A bookshelf, for example, may have 100 books on its shelves and be 100 centimetres tall. These are quantitative data points. The colour of the bookshelf – red – is a qualitative data point.
What is quantitative (numerical) data?
Quantitative, or numerical, data can be broken down into two types: discrete and continuous.
Discrete data is a whole number that can’t be divided or broken into individual parts, fractions or decimals. Examples of discrete data include the number of pets someone has – one can have two dogs but not two-and-a-half dogs. The number of wins someone’s favourite team gets is also a form of discrete data because a team can’t have a half win – it’s either a win, a loss, or a draw.
Continuous data describes values that can be broken down into different parts, units, fractions and decimals. Continuous data points, such as height and weight, can be measured. Time can also be broken down – by half a second or half an hour. Temperature is another example of continuous data.
Discrete versus continuous
There’s an easy way to remember the difference between the two types of quantitative data: data is considered discrete if it can be counted and is continuous if it can be measured. Someone can count students, tickets purchased and books, while one measures height, distance and temperature.

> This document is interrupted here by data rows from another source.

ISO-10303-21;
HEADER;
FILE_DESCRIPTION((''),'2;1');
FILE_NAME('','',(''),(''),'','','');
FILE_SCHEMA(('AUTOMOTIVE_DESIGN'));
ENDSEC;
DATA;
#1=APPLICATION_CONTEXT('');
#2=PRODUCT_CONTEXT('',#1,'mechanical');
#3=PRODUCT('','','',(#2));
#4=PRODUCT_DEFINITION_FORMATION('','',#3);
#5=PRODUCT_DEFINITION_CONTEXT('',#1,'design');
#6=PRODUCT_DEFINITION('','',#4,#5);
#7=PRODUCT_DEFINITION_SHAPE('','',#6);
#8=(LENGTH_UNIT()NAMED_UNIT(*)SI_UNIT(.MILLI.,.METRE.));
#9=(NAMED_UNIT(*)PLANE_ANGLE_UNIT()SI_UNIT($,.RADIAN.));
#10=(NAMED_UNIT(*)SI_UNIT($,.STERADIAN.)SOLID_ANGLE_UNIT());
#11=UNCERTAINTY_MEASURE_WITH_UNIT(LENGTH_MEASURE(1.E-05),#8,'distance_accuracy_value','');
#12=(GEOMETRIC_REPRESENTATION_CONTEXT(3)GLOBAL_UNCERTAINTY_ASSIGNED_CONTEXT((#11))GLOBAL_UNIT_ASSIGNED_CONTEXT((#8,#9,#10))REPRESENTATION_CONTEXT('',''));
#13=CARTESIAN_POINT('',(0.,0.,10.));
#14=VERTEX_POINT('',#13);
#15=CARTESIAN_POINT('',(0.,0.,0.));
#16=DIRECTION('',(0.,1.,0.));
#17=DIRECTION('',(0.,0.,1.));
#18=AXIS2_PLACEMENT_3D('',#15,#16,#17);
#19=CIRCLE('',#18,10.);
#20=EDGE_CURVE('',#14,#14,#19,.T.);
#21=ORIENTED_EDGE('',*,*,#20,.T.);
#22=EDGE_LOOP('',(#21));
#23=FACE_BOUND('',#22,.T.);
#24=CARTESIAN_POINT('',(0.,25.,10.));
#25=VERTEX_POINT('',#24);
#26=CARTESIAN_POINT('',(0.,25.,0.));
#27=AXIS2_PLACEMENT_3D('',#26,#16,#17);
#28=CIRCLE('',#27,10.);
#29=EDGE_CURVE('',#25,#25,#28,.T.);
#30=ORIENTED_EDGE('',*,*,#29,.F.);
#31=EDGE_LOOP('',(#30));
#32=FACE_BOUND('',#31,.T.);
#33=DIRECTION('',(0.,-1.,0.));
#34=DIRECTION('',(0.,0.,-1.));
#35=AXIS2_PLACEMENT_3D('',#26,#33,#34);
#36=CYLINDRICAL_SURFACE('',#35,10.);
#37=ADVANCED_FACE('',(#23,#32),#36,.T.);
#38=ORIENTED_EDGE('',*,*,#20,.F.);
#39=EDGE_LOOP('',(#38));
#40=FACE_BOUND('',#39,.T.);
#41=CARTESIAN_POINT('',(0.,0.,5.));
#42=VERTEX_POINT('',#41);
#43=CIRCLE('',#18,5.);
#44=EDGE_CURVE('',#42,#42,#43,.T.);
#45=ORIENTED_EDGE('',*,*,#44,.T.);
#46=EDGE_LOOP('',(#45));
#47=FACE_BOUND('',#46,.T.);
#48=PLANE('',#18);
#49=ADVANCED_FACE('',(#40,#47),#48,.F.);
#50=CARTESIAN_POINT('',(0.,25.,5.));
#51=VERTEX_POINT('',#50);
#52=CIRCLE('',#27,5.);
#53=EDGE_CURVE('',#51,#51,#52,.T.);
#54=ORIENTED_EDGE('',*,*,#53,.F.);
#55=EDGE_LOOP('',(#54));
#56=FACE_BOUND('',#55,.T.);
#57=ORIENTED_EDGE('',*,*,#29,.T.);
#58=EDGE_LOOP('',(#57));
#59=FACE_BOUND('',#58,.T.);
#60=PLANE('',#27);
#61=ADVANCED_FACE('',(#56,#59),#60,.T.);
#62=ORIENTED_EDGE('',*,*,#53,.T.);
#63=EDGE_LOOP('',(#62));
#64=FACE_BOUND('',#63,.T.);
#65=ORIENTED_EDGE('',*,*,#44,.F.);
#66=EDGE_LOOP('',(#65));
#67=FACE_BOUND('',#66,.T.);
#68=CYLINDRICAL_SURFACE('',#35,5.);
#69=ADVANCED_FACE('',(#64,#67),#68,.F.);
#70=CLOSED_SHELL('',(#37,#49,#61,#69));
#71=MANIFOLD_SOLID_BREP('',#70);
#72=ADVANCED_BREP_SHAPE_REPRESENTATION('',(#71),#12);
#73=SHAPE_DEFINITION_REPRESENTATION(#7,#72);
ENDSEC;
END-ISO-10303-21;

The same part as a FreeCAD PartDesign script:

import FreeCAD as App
import Part
import Sketcher

doc = App.newDocument("Part")
body = doc.addObject("PartDesign::Body", "Body")

sketch1 = body.newObject("Sketcher::SketchObject", "Sketch")
sketch1.AttachmentSupport = (doc.getObject("XZ_Plane"), [""])
sketch1.MapMode = "FlatFace"
sketch1.addGeometry([
    Part.Circle(App.Vector(0, 0, 0), App.Vector(0, 0, 1), 10),
    Part.Circle(App.Vector(0, 0, 0), App.Vector(0, 0, 1), 5),
], False)
sketch1.addConstraint([
    Sketcher.Constraint("Coincident", 0, 3, -1, 1),
    Sketcher.Constraint("Coincident", 1, 3, -1, 1),
    Sketcher.Constraint("Diameter", 0, 20.0),
    Sketcher.Constraint("Diameter", 1, 10.0),
])
pad1 = body.newObject("PartDesign::Pad", "Pad")
pad1.Profile = sketch1
pad1.Length = 25
pad1.Reversed = True

doc.recompute()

What is qualitative (categorical) data?
Qualitative data describes the qualities of data points and is non-numerical. It’s used to define the information and can also be further broken down into sub-categories through the four scales of measurement.

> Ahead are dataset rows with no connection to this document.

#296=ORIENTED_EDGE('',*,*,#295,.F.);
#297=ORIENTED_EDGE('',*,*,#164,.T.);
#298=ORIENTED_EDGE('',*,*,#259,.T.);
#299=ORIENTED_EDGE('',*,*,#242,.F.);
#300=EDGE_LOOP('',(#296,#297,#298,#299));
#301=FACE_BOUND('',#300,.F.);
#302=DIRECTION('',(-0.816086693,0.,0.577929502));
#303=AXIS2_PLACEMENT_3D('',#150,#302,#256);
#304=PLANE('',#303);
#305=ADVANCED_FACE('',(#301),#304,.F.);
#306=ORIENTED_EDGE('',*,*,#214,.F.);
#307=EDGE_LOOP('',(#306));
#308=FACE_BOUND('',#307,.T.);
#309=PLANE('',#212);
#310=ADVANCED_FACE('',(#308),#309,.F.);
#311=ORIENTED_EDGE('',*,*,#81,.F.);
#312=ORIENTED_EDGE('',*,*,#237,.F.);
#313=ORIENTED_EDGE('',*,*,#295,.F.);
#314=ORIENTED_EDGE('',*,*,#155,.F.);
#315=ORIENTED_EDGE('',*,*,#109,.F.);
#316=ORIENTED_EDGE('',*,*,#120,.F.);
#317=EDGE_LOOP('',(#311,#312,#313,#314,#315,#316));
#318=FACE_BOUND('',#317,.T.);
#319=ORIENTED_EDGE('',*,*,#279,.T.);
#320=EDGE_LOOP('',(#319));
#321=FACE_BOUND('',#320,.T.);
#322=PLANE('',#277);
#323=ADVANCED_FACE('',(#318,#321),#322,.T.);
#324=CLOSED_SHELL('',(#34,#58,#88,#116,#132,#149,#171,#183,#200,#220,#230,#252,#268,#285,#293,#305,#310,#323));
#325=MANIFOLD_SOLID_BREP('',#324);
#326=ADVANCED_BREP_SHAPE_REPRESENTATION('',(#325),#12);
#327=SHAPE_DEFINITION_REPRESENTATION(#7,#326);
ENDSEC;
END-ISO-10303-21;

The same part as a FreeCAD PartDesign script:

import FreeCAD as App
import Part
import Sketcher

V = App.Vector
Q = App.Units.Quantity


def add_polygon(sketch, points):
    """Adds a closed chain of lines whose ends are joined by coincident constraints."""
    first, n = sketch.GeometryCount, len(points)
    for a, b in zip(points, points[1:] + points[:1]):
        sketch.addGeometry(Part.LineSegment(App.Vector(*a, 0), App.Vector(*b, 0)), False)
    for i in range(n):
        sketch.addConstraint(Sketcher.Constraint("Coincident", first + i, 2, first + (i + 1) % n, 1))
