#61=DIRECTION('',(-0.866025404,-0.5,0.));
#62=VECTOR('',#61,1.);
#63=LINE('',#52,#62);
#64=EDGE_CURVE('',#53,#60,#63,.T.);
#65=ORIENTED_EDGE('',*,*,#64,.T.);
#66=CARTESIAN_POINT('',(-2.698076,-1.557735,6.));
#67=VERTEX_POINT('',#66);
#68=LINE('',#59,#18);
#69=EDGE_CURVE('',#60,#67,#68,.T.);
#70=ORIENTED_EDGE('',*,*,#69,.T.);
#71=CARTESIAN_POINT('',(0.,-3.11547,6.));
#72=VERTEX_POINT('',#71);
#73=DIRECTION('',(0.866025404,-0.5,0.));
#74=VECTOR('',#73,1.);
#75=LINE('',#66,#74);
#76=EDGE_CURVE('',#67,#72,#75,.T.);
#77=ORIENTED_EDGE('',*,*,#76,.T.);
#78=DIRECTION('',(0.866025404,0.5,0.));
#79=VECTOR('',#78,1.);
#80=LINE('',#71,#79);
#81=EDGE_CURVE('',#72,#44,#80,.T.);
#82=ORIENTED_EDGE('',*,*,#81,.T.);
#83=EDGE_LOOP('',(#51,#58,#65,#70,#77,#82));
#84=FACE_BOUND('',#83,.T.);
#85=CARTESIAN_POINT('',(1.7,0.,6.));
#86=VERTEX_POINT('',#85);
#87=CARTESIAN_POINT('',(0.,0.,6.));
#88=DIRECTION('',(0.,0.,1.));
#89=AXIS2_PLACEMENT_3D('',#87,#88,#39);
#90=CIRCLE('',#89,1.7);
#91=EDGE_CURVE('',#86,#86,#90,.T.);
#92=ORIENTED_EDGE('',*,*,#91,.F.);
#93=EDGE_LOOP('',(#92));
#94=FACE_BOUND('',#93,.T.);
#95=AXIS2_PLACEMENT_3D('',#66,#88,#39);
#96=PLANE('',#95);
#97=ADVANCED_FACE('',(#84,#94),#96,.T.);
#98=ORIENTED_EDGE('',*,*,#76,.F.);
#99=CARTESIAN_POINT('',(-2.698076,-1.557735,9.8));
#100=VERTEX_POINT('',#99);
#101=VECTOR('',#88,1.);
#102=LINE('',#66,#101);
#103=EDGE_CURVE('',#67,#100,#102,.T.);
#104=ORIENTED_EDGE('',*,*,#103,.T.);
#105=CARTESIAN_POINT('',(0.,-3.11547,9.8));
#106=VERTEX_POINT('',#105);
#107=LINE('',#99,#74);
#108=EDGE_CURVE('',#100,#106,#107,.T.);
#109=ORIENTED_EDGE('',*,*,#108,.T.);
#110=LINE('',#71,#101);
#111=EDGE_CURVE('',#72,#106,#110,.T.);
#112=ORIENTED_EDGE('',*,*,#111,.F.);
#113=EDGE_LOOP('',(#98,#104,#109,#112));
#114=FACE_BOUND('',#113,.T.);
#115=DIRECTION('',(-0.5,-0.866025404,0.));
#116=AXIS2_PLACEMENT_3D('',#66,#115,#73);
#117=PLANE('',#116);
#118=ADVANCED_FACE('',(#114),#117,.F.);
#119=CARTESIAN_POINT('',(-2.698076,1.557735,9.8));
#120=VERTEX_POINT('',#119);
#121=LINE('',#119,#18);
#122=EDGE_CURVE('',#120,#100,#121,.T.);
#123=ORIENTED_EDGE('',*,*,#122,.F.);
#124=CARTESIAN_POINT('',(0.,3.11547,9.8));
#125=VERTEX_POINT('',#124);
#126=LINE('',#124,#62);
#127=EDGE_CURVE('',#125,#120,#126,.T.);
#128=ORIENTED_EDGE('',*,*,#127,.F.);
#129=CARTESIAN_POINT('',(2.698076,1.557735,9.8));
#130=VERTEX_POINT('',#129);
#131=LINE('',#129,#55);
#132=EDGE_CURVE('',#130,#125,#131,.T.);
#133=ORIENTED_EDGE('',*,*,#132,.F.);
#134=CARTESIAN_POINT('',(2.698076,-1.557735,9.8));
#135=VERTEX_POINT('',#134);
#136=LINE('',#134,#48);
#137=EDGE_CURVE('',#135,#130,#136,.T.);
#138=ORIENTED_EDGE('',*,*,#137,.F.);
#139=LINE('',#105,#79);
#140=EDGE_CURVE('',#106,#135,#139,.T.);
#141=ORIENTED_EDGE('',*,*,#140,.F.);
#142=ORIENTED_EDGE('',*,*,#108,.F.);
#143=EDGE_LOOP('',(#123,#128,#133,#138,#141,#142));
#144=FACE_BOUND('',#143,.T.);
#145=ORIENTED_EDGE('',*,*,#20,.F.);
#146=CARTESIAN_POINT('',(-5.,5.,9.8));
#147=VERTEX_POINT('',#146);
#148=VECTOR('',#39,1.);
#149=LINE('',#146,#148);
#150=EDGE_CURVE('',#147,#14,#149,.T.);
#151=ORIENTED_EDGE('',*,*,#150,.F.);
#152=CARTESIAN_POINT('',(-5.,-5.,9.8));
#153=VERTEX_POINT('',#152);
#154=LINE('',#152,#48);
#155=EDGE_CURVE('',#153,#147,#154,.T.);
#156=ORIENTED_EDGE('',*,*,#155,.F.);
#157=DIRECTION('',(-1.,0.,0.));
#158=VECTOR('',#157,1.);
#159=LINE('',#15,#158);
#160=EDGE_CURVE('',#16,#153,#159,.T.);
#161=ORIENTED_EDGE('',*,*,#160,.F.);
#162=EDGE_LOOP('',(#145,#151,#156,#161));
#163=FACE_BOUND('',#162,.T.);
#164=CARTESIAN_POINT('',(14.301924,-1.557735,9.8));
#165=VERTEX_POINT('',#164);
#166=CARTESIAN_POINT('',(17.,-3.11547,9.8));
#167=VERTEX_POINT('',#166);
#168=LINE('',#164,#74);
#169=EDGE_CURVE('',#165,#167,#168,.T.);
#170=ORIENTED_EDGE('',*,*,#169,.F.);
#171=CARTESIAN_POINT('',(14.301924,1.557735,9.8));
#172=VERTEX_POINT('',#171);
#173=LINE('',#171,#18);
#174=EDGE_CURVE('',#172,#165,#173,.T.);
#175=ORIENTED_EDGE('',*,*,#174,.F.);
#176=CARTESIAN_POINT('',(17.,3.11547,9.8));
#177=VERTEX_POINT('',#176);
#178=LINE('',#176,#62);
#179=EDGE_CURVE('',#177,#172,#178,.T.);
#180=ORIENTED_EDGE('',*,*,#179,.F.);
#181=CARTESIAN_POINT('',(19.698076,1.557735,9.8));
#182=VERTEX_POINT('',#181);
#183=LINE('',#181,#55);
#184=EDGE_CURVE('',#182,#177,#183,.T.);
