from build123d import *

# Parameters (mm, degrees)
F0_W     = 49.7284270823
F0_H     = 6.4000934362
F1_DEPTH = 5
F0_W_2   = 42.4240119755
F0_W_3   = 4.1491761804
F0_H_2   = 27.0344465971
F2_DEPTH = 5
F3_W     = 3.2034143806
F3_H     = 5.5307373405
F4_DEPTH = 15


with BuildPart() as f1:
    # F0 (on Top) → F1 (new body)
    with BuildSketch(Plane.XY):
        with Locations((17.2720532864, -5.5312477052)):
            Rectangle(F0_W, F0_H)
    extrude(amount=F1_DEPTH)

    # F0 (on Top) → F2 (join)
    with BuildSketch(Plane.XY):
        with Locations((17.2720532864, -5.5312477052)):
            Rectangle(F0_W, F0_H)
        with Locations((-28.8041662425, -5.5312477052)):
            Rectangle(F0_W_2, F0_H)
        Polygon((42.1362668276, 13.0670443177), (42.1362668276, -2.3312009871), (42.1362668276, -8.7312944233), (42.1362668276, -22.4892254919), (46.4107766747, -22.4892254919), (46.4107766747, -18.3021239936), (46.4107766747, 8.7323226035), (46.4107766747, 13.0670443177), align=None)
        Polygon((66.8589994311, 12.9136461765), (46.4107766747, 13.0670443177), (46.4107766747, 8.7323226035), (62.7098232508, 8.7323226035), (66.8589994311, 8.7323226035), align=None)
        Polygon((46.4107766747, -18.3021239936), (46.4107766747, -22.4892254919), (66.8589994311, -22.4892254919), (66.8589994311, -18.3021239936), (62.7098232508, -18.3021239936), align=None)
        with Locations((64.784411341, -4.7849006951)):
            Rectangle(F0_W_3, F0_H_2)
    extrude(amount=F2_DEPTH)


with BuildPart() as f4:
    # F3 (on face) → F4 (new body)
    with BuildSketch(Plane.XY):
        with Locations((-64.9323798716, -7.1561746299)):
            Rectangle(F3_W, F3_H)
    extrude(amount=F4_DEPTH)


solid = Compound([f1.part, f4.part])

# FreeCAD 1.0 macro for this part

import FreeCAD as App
import Part
import Sketcher

V = App.Vector

doc = App.newDocument("Part")
params = doc.addObject("Spreadsheet::Sheet", "Params")
for row, (alias, value) in enumerate([
    ("pad1_length", "5 mm"),
    ("pad2_length", "5 mm"),
    ("pad3_length", "15 mm"),
], start=1):
    params.set(f"A{row}", alias)
    params.set(f"B{row}", "=" + value)
    params.setAlias(f"B{row}", alias)

body = doc.addObject("PartDesign::Body", "Body")

sketch1 = doc.addObject("Sketcher::SketchObject", "Sketch")
body.addObject(sketch1)
sketch1.AttachmentSupport = (doc.XY_Plane, [""])
sketch1.MapMode = "FlatFace"
sketch1.addGeometry([
    Part.LineSegment(V(-8, -2, 0), V(-8, -9, 0)),
    Part.LineSegment(V(-8, -9, 0), V(42, -9, 0)),
    Part.LineSegment(V(42, -9, 0), V(42, -2, 0)),
    Part.LineSegment(V(42, -2, 0), V(-8, -2, 0)),
], False)
sketch1.addConstraint([
    Sketcher.Constraint("Coincident", 0, 2, 1, 1),
    Sketcher.Constraint("Coincident", 1, 2, 2, 1),
    Sketcher.Constraint("Coincident", 2, 2, 3, 1),
    Sketcher.Constraint("Coincident", 3, 2, 0, 1),
    Sketcher.Constraint("Vertical", 0),
    Sketcher.Constraint("Horizontal", 1),
    Sketcher.Constraint("Vertical", 2),
    Sketcher.Constraint("Horizontal", 3),
    Sketcher.Constraint("DistanceY", 2, 2, -1, 1, 2.331201),
    Sketcher.Constraint("DistanceX", 1, 1, 1, 2, 49.728427),
    Sketcher.Constraint("DistanceY", 0, 2, 0, 1, 6.400093),
    Sketcher.Constraint("DistanceX", 0, 2, -1, 1, 7.59216),
])
pad1 = doc.addObject("PartDesign::Pad", "Pad")
body.addObject(pad1)
pad1.Profile = sketch1
pad1.setExpression("Length", "Params.pad1_length")

sketch2 = doc.addObject("Sketcher::SketchObject", "Sketch001")
body.addObject(sketch2)
sketch2.AttachmentSupport = (doc.XY_Plane, [""])
sketch2.MapMode = "FlatFace"
sketch2.addGeometry([
    Part.LineSegment(V(42.1, -2.3, 0), V(-50, -2.3, 0)),
    Part.LineSegment(V(-50, -2.3, 0), V(-50, -8.7, 0)),
    Part.LineSegment(V(-50, -8.7, 0), V(42.1, -8.7, 0)),
    Part.LineSegment(V(42.1, -8.7, 0), V(42.1, -22.5, 0)),
    Part.LineSegment(V(42.1, -22.5, 0), V(66.9, -22.5, 0)),
    Part.LineSegment(V(66.9, -22.5, 0), V(66.9, -18.3, 0)),
    Part.LineSegment(V(66.9, -18.3, 0), V(66.9, 8.7, 0)),
    Part.LineSegment(V(66.9, 8.7, 0), V(66.9, 12.9, 0)),
    Part.LineSegment(V(66.9, 12.9, 0), V(46.4, 13.1, 0)),
    Part.LineSegment(V(46.4, 13.1, 0), V(42.1, 13.1, 0)),
    Part.LineSegment(V(42.1, 13.1, 0), V(42.1, -2.3, 0)),
    Part.LineSegment(V(62.7, -18.3, 0), V(46.4, -18.3, 0)),
    Part.LineSegment(V(46.4, -18.3, 0), V(46.4, 8.7, 0)),
    Part.LineSegment(V(46.4, 8.7, 0), V(62.7, 8.7, 0)),
    Part.LineSegment(V(62.7, 8.7, 0), V(62.7, -18.3, 0)),
], False)
sketch2.addConstraint([
    Sketcher.Constraint("Coincident", 0, 2, 1, 1),
    Sketcher.Constraint("Coincident", 1, 2, 2, 1),
    Sketcher.Constraint("Coincident", 2, 2, 3, 1),
    Sketcher.Constraint("Coincident", 3, 2, 4, 1),
    Sketcher.Constraint("Coincident", 4, 2, 5, 1),
    Sketcher.Constraint("Coincident", 5, 2, 6, 1),
    Sketcher.Constraint("Coincident", 6, 2, 7, 1),
    Sketcher.Constraint("Coincident", 7, 2, 8, 1),
    Sketcher.Constraint("Coincident", 8, 2, 9, 1),
    Sketcher.Constraint("Coincident", 9, 2, 10, 1),
    Sketcher.Constraint("Coincident", 10, 2, 0, 1),
    Sketcher.Constraint("Coincident", 11, 2, 12, 1),
    Sketcher.Constraint("Coincident", 12, 2, 13, 1),
    Sketcher.Constraint("Coincident", 13, 2, 14, 1),
    Sketcher.Constraint("Coincident", 14, 2, 11, 1),
    Sketcher.Constraint("Horizontal", 0),
    Sketcher.Constraint("Vertical", 1),
    Sketcher.Constraint("Horizontal", 2),
    Sketcher.Constraint("Vertical", 3),
    Sketcher.Constraint("Horizontal", 4),
    Sketcher.Constraint("Vertical", 5),
    Sketcher.Constraint("Vertical", 6),
    Sketcher.Constraint("Vertical", 7),
    Sketcher.Constraint("Horizontal", 9),
    Sketcher.Constraint("Vertical", 10),
    Sketcher.Constraint("Horizontal", 11),
    Sketcher.Constraint("Vertical", 12),
    Sketcher.Constraint("Horizontal", 13),
    Sketcher.Constraint("Vertical", 14),
    Sketcher.Constraint("Horizontal", 5, 2, 11, 2),
    Sketcher.Constraint("Horizontal", 6, 2, 12, 2),
    Sketcher.Constraint("Vertical", 3, 2, 9, 2),
    Sketcher.Constraint("Vertical", 8, 2, 11, 2),
    Sketcher.Constraint("DistanceY", 5, 1, 5, 2, 4.187101),
    Sketcher.Constraint("DistanceX", -1, 1, 4, 2, 66.858999),
    Sketcher.Constraint("Distance", 8, 20.448798),
    Sketcher.Constraint("DistanceX", 0, 2, 0, 1, 92.152439),
    Sketcher.Constraint("DistanceX", 9, 2, 9, 1, 4.27451),
    Sketcher.Constraint("DistanceY", 3, 2, 3, 1, 13.757931),
    Sketcher.Constraint("DistanceY", 0, 2, -1, 1, 2.331201),
    Sketcher.Constraint("DistanceY", 7, 2, 8, 2, 0.153398),
    Sketcher.Constraint("DistanceX", 11, 2, 11, 1, 16.299047),
    Sketcher.Constraint("DistanceY", 1, 2, 1, 1, 6.400093),
    Sketcher.Constraint("DistanceY", 6, 1, 6, 2, 27.034447),
    Sketcher.Constraint("DistanceY", 7, 1, 7, 2, 4.181324),
])
pad2 = doc.addObject("PartDesign::Pad", "Pad001")
body.addObject(pad2)
pad2.Profile = sketch2
pad2.setExpression("Length", "Params.pad2_length")
body2 = doc.addObject("PartDesign::Body", "Body001")

sketch3 = doc.addObject("Sketcher::SketchObject", "Sketch002")
body2.addObject(sketch3)
sketch3.AttachmentSupport = (doc.getObject("XY_Plane001"), [""])
sketch3.MapMode = "FlatFace"
sketch3.addGeometry([
    Part.LineSegment(V(-66.5, -4.4, 0), V(-66.5, -9.9, 0)),
    Part.LineSegment(V(-66.5, -9.9, 0), V(-63.3, -9.9, 0)),
    Part.LineSegment(V(-63.3, -9.9, 0), V(-63.3, -4.4, 0)),
    Part.LineSegment(V(-63.3, -4.4, 0), V(-66.5, -4.4, 0)),
], False)
sketch3.addConstraint([
    Sketcher.Constraint("Coincident", 0, 2, 1, 1),
    Sketcher.Constraint("Coincident", 1, 2, 2, 1),
    Sketcher.Constraint("Coincident", 2, 2, 3, 1),
    Sketcher.Constraint("Coincident", 3, 2, 0, 1),
    Sketcher.Constraint("Vertical", 0),
    Sketcher.Constraint("Horizontal", 1),
    Sketcher.Constraint("Vertical", 2),
    Sketcher.Constraint("Horizontal", 3),
    Sketcher.Constraint("DistanceX", 1, 1, 1, 2, 3.203414),
    Sketcher.Constraint("DistanceY", 0, 2, 0, 1, 5.530737),
    Sketcher.Constraint("DistanceX", 0, 2, -1, 1, 66.534087),
    Sketcher.Constraint("DistanceY", 0, 2, -1, 1, 9.921543),
])
pad3 = doc.addObject("PartDesign::Pad", "Pad002")
body2.addObject(pad3)
pad3.Profile = sketch3
pad3.setExpression("Length", "Params.pad3_length")

doc.recompute()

Properties and scales of measurement
Scales of measurement is how variables are defined and categorised. Psychologist Stanley Stevens developed the four common scales of measurement: nominal, ordinal, interval and ratio. Each scale of measurement has properties that determine how to properly analyse the data. The properties evaluated are identity, magnitude, equal intervals and a minimum value of zero.
Properties of Measurement
Identity: Identity refers to each value having a unique meaning.
Magnitude: Magnitude means that the values have an ordered relationship to one another, so there is a specific order to the variables.
Equal intervals: Equal intervals mean that data points along the scale are equal, so the difference between data points one and two will be the same as the difference between data points five and six.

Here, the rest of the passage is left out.